§ Task statement: Reproduce only the top of the records, down to and including the line containing "v 11.774 -36.235 25.4".

§ Material for the task:

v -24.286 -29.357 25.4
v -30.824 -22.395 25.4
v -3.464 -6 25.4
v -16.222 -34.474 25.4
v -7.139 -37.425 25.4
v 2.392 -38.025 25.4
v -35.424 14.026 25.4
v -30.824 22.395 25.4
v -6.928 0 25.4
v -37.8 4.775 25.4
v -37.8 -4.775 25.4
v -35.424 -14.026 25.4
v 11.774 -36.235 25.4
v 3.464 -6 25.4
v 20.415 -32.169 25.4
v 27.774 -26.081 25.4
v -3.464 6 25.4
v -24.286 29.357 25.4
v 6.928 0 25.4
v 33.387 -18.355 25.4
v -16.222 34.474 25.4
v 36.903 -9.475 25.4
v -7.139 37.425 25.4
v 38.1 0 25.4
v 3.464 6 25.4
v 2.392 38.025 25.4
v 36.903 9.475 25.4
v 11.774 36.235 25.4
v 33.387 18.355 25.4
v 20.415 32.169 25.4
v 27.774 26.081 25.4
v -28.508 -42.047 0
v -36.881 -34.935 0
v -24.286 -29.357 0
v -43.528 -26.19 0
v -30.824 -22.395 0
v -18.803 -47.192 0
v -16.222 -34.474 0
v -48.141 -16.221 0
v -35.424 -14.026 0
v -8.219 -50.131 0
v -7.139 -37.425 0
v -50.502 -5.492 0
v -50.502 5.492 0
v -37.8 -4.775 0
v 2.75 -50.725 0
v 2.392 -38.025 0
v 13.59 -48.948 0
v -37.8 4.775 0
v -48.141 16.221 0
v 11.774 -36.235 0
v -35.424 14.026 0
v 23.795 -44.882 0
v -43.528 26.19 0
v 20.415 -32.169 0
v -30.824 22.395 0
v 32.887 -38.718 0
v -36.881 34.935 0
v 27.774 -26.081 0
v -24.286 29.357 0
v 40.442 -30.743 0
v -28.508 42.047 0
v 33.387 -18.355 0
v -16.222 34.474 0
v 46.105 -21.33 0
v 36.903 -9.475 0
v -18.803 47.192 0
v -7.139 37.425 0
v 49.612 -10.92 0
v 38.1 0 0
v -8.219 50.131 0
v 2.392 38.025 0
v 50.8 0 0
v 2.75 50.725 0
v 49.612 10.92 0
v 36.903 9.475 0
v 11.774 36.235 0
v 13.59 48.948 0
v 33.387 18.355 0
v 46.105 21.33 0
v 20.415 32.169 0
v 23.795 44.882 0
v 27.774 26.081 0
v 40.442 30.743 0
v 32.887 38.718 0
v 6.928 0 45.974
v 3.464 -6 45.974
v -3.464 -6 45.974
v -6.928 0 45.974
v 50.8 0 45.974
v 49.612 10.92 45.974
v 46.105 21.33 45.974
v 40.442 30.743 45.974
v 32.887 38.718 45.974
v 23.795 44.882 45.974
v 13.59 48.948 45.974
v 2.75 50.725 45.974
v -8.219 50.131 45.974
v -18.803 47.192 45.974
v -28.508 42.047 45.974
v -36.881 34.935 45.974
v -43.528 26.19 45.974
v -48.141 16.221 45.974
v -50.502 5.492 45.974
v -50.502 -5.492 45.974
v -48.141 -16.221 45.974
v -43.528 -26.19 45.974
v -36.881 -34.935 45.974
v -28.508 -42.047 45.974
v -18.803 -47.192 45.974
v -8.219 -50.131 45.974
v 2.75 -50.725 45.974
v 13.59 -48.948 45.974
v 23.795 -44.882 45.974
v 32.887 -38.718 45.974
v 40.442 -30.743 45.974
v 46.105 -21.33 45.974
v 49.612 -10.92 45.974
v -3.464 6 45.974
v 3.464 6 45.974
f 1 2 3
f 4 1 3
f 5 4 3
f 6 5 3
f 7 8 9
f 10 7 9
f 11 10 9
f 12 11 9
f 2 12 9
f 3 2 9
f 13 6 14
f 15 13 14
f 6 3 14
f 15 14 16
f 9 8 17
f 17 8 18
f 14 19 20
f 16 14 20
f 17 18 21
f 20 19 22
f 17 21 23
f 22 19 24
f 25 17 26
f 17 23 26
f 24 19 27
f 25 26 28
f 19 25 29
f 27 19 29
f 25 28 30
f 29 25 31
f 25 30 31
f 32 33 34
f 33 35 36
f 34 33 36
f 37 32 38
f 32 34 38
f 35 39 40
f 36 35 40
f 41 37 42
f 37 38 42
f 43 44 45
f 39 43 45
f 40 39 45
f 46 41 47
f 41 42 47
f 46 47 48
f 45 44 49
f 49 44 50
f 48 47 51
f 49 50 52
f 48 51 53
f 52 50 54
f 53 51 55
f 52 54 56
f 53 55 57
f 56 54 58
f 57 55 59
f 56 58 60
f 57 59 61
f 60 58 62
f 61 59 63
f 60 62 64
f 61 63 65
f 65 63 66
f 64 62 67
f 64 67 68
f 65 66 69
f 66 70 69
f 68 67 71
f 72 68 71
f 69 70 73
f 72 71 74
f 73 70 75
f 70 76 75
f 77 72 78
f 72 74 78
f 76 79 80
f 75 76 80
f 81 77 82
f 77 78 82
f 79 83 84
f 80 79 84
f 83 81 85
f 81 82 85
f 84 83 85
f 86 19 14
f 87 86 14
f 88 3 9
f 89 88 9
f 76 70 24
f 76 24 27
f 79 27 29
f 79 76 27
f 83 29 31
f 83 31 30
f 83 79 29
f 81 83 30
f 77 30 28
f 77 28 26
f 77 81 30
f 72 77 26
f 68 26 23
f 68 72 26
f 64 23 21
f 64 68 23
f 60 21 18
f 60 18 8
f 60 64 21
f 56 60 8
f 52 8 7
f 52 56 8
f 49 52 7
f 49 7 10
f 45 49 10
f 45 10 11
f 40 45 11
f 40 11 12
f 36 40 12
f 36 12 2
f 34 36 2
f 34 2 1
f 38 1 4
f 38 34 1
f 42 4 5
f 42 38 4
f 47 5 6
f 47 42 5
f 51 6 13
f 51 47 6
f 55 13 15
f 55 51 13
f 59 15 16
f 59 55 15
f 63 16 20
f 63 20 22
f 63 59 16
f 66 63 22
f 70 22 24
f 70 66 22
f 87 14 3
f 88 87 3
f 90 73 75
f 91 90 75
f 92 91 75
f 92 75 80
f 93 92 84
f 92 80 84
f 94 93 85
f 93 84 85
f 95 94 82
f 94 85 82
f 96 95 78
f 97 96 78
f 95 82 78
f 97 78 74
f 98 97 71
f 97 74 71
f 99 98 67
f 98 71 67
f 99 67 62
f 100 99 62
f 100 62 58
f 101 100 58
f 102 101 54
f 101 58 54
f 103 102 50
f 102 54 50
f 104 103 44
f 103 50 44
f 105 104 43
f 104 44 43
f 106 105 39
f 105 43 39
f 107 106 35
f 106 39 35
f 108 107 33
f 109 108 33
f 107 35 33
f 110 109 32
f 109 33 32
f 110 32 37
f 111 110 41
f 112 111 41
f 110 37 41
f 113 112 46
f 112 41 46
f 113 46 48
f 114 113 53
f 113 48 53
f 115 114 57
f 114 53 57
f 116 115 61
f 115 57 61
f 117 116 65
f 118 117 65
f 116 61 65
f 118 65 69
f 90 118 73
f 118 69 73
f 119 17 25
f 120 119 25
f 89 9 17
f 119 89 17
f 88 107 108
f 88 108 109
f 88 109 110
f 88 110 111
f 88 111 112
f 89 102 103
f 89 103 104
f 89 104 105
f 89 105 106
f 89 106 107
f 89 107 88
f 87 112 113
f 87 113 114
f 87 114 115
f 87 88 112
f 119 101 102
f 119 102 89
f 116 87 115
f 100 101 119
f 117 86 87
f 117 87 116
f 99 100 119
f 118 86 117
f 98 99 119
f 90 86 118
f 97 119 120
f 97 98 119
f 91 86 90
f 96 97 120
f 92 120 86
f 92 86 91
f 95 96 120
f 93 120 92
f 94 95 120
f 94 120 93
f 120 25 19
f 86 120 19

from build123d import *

# Parameters (mm, degrees)
SKETCH1_R           = 50.8
SKETCH1_R_2         = 6.92820323
BOSS_EXTRUDE1_DEPTH = 45.974
SKETCH2_R           = 38.1
CUT_EXTRUDE1_DEPTH  = 25.4


with BuildPart() as part:
    # Sketch1 → Boss-Extrude1 (new body)
    # profile 1 of 7: a face of its own
    with BuildSketch(Plane.XY):
        Circle(SKETCH1_R)
        Circle(SKETCH1_R_2, mode=Mode.SUBTRACT)
    # profile 2 of 7: a face of its own
    with BuildSketch(Plane.XY):
        with BuildLine():
            Line((-3.464101615, -6), (-6.92820323, 0))
            ThreePointArc((-6.92820323, 0), (-6, -3.464101615), (-3.464101615, -6))
        make_face()
    # profile 3 of 7: a face of its own
    with BuildSketch(Plane.XY):
        with BuildLine():
            Line((-6.92820323, 0), (-3.464101615, 6))
            ThreePointArc((-3.464101615, 6), (-6, 3.464101615), (-6.92820323, 0))
        make_face()
    # profile 4 of 7: a face of its own
    with BuildSketch(Plane.XY):
        with BuildLine():
            ThreePointArc((3.464101615, 6), (0, 6.92820323), (-3.464101615, 6))
            Line((-3.464101615, 6), (3.464101615, 6))
        make_face()
    # profile 5 of 7: a face of its own
    with BuildSketch(Plane.XY):
        with BuildLine():
            ThreePointArc((6.92820323, 0), (6, 3.464101615), (3.464101615, 6))
            Line((3.464101615, 6), (6.92820323, 0))
        make_face()
    # profile 6 of 7: a face of its own
    with BuildSketch(Plane.XY):
        with BuildLine():
            ThreePointArc((3.464101615, -6), (6, -3.464101615), (6.92820323, 0))
            Line((6.92820323, 0), (3.464101615, -6))
        make_face()
    # profile 7 of 7: a face of its own
    with BuildSketch(Plane.XY):
        with BuildLine():
            Line((3.464101615, -6), (-3.464101615, -6))
            ThreePointArc((-3.464101615, -6), (0, -6.92820323), (3.464101615, -6))
        make_face()
    extrude(amount=BOSS_EXTRUDE1_DEPTH)

    # Sketch2 → Cut-Extrude1 (cut)
    with BuildSketch(Plane.XY):
        Circle(SKETCH2_R)
    extrude(amount=CUT_EXTRUDE1_DEPTH, mode=Mode.SUBTRACT)


solid = part.part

§ Answer box:
v -24.286 -29.357 25.4
v -30.824 -22.395 25.4
v -3.464 -6 25.4
v -16.222 -34.474 25.4
v -7.139 -37.425 25.4
v 2.392 -38.025 25.4
v -35.424 14.026 25.4
v -30.824 22.395 25.4
v -6.928 0 25.4
v -37.8 4.775 25.4
v -37.8 -4.775 25.4
v -35.424 -14.026 25.4
v 11.774 -36.235 25.4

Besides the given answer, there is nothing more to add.